What is needed » Take the material below and reproduce, word for word, only the lines from the line with "#94=VECTOR('',#48,1.);" through the line with "#115=ORIENTED_EDGE('',*,*,#114,.F.);".

Given information »
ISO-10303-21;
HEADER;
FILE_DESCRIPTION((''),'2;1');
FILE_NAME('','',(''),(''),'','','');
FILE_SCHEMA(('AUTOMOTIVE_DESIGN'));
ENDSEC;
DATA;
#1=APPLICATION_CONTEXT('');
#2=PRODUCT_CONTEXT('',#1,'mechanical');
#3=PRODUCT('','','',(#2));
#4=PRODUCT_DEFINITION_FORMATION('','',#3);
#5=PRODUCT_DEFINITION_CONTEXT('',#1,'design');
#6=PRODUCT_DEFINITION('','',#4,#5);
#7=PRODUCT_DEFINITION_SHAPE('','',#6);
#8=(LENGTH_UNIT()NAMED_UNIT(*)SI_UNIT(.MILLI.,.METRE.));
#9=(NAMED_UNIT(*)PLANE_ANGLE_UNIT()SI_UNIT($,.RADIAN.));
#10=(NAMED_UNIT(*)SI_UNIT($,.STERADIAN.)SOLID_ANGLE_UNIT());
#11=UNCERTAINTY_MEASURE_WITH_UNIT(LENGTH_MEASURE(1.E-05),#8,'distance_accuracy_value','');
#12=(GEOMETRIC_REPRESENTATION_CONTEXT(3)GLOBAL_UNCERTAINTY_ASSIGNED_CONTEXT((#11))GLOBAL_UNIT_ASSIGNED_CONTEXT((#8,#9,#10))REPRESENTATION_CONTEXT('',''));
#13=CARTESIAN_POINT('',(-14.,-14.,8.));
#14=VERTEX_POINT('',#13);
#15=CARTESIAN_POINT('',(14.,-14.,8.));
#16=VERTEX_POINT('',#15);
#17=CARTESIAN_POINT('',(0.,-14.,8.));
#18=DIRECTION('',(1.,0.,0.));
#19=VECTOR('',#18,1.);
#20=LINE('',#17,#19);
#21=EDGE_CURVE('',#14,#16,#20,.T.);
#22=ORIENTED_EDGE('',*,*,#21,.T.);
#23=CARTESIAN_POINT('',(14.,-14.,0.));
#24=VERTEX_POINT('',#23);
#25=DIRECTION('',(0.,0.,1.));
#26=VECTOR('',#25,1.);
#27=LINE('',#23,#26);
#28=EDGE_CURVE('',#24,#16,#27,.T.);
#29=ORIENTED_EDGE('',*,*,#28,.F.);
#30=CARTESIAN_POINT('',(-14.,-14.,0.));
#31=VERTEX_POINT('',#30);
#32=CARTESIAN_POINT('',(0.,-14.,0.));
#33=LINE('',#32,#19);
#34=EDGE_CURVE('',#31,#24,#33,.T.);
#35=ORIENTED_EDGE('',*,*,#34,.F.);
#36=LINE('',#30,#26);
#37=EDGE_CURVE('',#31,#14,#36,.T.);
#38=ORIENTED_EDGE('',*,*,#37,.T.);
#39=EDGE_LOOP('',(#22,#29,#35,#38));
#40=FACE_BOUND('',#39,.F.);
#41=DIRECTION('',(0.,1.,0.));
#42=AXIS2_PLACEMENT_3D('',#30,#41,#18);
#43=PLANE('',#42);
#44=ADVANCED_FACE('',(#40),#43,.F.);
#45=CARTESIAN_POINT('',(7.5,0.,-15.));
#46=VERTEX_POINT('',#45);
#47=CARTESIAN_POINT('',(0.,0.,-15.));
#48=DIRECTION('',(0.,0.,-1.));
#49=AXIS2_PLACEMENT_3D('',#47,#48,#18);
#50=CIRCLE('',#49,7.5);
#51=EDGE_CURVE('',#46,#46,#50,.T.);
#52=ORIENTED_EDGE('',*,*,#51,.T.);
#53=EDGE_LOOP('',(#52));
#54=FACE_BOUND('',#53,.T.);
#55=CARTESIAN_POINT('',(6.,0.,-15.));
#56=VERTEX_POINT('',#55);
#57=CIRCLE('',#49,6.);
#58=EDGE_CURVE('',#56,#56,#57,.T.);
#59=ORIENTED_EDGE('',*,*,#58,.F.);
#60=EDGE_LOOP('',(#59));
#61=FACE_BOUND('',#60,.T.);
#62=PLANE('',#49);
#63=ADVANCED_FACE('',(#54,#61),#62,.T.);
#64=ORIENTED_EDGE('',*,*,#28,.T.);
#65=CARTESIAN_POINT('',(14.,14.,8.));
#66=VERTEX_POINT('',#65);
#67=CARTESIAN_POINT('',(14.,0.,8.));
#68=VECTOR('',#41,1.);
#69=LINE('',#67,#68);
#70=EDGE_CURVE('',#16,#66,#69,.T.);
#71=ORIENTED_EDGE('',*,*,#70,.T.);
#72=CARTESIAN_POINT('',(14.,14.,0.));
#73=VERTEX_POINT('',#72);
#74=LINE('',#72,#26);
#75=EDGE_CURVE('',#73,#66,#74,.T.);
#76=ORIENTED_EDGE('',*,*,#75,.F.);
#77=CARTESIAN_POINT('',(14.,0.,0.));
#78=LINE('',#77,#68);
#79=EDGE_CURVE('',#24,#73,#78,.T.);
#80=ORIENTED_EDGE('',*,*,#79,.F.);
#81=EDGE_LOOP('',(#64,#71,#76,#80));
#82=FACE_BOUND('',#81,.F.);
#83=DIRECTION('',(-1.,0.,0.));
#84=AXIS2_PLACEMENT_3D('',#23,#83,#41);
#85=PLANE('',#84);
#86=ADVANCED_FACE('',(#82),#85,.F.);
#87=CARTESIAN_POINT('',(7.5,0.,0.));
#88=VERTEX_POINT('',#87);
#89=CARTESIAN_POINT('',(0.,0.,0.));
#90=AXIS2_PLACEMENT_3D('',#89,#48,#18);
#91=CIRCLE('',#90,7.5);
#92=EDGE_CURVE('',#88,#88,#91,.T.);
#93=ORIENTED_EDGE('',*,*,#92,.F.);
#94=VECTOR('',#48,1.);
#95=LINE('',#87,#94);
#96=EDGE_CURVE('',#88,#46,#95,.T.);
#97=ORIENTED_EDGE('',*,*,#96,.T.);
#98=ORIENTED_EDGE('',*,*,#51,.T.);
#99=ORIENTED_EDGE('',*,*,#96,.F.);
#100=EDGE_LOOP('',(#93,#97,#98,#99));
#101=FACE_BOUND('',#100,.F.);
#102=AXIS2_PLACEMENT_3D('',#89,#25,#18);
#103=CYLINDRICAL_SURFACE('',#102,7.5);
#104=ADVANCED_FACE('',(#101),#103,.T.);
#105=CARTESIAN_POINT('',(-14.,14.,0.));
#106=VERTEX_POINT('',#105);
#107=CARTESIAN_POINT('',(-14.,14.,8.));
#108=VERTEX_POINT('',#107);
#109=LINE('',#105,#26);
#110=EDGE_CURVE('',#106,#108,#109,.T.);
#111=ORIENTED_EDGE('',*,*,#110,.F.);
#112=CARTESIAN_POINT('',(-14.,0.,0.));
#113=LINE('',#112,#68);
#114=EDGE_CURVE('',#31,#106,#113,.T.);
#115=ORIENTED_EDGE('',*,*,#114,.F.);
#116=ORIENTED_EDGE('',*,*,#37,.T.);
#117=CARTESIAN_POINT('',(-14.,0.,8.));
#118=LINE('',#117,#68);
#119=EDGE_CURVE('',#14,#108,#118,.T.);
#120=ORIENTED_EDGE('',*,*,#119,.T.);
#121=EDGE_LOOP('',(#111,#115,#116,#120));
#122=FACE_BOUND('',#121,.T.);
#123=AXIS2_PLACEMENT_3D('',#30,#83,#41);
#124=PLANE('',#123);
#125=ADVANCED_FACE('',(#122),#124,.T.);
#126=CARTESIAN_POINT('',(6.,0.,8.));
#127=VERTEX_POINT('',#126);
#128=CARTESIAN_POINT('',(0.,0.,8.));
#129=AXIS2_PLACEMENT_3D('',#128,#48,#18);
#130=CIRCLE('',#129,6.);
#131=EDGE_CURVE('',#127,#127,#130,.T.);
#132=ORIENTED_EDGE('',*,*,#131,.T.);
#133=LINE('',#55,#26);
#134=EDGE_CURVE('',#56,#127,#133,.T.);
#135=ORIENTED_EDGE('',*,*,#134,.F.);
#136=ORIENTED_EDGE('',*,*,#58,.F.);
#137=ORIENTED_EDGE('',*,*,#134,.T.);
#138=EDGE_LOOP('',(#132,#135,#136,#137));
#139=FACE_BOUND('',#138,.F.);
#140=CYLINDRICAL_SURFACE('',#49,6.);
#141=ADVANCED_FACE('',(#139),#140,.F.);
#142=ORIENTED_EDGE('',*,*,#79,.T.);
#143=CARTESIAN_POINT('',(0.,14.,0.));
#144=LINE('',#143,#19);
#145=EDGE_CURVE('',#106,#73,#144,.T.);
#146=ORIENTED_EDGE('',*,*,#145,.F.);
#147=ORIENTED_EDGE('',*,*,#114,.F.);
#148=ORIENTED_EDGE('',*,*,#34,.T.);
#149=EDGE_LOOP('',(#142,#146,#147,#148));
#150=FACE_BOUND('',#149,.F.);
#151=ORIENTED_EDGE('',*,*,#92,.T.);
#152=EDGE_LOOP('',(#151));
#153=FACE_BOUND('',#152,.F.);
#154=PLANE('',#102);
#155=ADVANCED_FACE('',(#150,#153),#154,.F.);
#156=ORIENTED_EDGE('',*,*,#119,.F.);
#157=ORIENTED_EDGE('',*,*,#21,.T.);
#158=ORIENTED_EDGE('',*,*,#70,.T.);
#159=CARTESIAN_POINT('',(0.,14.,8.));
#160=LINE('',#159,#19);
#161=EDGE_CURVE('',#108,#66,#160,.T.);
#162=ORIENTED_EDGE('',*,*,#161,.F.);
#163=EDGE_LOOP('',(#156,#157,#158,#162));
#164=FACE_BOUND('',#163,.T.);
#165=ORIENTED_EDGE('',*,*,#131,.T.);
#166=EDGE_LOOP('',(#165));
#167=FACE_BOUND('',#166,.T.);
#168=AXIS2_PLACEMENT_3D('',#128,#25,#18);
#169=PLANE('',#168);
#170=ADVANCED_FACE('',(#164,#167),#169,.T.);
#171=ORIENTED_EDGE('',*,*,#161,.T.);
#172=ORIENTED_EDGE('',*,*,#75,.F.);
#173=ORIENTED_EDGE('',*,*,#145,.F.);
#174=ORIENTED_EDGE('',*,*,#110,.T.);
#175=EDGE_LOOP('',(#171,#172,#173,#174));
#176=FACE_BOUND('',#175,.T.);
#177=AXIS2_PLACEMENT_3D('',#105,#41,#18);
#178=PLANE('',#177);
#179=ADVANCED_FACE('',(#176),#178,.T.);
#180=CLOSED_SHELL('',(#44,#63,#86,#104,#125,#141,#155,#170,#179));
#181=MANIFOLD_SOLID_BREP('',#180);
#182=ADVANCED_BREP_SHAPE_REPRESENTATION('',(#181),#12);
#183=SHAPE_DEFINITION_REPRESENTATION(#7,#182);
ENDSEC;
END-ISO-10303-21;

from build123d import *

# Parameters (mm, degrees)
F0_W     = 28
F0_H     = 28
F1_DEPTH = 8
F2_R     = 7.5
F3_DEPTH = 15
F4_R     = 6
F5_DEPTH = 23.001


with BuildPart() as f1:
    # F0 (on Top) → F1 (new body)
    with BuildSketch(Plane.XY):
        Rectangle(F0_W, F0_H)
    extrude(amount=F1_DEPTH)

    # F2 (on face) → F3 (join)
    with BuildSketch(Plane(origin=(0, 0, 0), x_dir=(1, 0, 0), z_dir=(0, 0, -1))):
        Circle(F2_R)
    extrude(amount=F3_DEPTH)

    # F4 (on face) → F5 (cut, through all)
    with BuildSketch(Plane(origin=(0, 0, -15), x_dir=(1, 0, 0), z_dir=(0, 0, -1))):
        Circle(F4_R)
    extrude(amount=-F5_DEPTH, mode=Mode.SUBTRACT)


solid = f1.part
* * *
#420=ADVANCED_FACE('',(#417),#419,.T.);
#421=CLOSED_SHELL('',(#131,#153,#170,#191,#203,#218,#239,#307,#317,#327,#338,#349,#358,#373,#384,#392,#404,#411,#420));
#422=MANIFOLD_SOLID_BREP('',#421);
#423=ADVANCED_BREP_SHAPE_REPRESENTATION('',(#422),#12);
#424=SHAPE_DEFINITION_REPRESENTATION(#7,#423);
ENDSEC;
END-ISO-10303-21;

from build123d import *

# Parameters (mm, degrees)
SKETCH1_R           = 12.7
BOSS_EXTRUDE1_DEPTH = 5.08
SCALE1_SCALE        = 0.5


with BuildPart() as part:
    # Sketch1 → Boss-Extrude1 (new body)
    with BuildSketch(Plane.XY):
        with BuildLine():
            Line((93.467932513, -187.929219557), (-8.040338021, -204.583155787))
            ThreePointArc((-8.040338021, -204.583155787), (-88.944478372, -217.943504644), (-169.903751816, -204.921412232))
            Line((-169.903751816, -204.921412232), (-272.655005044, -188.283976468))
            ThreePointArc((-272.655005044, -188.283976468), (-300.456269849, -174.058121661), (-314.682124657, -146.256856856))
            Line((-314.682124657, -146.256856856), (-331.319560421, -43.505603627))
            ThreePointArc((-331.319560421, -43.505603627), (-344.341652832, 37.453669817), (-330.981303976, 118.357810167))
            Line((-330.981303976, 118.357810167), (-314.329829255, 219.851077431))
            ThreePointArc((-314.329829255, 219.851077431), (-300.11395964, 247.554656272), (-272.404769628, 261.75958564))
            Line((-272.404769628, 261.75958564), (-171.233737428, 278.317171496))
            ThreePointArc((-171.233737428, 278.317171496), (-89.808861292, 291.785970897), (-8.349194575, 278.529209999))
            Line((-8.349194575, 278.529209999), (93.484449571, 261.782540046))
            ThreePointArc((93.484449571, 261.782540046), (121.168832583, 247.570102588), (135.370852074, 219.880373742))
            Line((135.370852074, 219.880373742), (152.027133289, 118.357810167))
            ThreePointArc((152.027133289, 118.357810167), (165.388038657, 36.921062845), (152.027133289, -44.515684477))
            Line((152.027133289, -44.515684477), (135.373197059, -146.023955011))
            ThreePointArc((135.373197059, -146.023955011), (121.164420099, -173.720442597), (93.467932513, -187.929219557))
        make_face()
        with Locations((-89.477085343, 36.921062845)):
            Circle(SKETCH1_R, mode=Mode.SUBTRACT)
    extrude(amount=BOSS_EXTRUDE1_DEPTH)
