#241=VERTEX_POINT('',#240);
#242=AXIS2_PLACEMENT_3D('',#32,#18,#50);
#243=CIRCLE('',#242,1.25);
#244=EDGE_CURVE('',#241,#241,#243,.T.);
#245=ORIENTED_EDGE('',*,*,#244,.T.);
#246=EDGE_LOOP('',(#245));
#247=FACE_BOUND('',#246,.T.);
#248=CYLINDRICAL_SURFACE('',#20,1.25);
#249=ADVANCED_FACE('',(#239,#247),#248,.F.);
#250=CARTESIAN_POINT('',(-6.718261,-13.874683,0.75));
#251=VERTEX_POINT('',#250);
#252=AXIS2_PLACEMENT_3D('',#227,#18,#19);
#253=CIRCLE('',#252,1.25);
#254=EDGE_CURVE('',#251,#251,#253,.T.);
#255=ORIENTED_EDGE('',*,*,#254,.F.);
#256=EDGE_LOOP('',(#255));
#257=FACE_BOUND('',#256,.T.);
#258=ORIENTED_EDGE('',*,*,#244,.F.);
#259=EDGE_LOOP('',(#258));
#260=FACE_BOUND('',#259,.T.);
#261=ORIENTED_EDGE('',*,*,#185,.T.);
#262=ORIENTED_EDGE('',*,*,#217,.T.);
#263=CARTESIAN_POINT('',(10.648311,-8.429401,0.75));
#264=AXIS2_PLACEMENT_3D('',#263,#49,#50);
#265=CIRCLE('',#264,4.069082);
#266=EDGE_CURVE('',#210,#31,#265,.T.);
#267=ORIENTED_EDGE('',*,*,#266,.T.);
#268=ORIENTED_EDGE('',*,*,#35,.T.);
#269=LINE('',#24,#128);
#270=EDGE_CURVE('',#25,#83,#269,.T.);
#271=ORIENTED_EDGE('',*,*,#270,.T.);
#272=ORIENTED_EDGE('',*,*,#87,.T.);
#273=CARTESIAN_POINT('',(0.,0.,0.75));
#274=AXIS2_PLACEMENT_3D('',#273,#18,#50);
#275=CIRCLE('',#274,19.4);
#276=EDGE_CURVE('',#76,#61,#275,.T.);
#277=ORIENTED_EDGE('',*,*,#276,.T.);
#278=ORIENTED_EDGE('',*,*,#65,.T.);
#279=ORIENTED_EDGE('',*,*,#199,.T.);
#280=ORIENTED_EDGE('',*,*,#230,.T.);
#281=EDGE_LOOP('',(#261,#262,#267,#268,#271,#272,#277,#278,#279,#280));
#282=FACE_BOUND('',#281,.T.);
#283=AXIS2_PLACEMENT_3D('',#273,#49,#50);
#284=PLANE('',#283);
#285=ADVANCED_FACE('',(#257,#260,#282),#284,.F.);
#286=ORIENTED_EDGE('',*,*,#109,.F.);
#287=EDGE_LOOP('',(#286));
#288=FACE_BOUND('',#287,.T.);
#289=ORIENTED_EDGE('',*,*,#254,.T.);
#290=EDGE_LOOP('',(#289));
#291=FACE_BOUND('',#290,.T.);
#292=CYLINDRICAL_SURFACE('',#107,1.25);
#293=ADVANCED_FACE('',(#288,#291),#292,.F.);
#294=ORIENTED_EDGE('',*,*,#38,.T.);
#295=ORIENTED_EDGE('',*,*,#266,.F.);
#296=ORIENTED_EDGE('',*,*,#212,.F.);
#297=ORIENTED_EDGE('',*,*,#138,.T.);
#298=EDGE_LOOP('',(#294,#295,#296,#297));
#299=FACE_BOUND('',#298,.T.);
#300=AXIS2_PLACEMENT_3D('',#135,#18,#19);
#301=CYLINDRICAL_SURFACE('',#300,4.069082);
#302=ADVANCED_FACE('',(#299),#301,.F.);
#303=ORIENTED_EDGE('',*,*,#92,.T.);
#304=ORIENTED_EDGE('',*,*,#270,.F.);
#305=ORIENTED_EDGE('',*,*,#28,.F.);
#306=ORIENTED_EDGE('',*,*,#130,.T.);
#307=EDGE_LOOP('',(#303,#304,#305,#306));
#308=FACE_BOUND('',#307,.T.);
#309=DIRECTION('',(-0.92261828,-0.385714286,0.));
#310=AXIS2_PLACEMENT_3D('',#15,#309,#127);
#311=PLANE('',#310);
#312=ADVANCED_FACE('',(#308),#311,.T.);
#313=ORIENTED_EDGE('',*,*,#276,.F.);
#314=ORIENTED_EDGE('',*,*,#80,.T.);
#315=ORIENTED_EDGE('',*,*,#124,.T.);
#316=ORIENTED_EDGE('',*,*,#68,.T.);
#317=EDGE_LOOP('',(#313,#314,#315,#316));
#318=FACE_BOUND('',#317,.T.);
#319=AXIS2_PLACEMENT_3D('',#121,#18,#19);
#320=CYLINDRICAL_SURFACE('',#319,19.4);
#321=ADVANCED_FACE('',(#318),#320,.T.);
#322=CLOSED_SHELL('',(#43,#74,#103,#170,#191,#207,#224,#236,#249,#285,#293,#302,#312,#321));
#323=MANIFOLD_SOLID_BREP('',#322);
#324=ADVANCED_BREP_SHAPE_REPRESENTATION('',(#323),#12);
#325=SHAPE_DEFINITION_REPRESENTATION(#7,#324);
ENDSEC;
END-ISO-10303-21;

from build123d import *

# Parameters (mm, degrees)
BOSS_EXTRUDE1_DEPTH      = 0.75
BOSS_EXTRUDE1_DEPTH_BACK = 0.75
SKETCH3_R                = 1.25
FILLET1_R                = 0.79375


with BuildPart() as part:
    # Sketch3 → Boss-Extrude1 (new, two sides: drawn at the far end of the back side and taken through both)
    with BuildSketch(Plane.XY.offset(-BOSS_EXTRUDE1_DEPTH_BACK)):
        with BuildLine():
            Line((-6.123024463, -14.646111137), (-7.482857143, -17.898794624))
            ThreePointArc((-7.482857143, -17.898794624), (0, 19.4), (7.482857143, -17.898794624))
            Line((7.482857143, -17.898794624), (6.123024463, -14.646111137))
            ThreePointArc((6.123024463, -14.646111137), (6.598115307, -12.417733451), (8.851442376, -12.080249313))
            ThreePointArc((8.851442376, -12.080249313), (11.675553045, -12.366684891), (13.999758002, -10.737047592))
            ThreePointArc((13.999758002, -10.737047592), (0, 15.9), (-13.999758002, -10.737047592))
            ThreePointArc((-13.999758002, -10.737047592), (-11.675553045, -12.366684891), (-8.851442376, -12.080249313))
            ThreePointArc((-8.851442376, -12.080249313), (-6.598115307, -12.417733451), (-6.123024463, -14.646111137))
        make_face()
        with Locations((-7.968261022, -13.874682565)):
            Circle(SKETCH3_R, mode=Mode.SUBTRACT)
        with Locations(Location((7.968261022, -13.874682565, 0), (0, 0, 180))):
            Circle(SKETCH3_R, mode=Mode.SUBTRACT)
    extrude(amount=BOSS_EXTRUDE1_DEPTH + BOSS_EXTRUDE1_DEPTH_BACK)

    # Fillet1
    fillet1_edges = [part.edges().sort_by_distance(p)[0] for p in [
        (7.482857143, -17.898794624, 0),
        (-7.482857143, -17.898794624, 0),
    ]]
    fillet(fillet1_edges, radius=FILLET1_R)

Problem solution »
#94=VECTOR('',#48,1.);
#95=LINE('',#87,#94);
#96=EDGE_CURVE('',#88,#46,#95,.T.);
#97=ORIENTED_EDGE('',*,*,#96,.T.);
#98=ORIENTED_EDGE('',*,*,#51,.T.);
#99=ORIENTED_EDGE('',*,*,#96,.F.);
#100=EDGE_LOOP('',(#93,#97,#98,#99));
#101=FACE_BOUND('',#100,.F.);
#102=AXIS2_PLACEMENT_3D('',#89,#25,#18);
#103=CYLINDRICAL_SURFACE('',#102,7.5);
#104=ADVANCED_FACE('',(#101),#103,.T.);
#105=CARTESIAN_POINT('',(-14.,14.,0.));
#106=VERTEX_POINT('',#105);
#107=CARTESIAN_POINT('',(-14.,14.,8.));
#108=VERTEX_POINT('',#107);
#109=LINE('',#105,#26);
#110=EDGE_CURVE('',#106,#108,#109,.T.);
#111=ORIENTED_EDGE('',*,*,#110,.F.);
#112=CARTESIAN_POINT('',(-14.,0.,0.));
#113=LINE('',#112,#68);
#114=EDGE_CURVE('',#31,#106,#113,.T.);
#115=ORIENTED_EDGE('',*,*,#114,.F.);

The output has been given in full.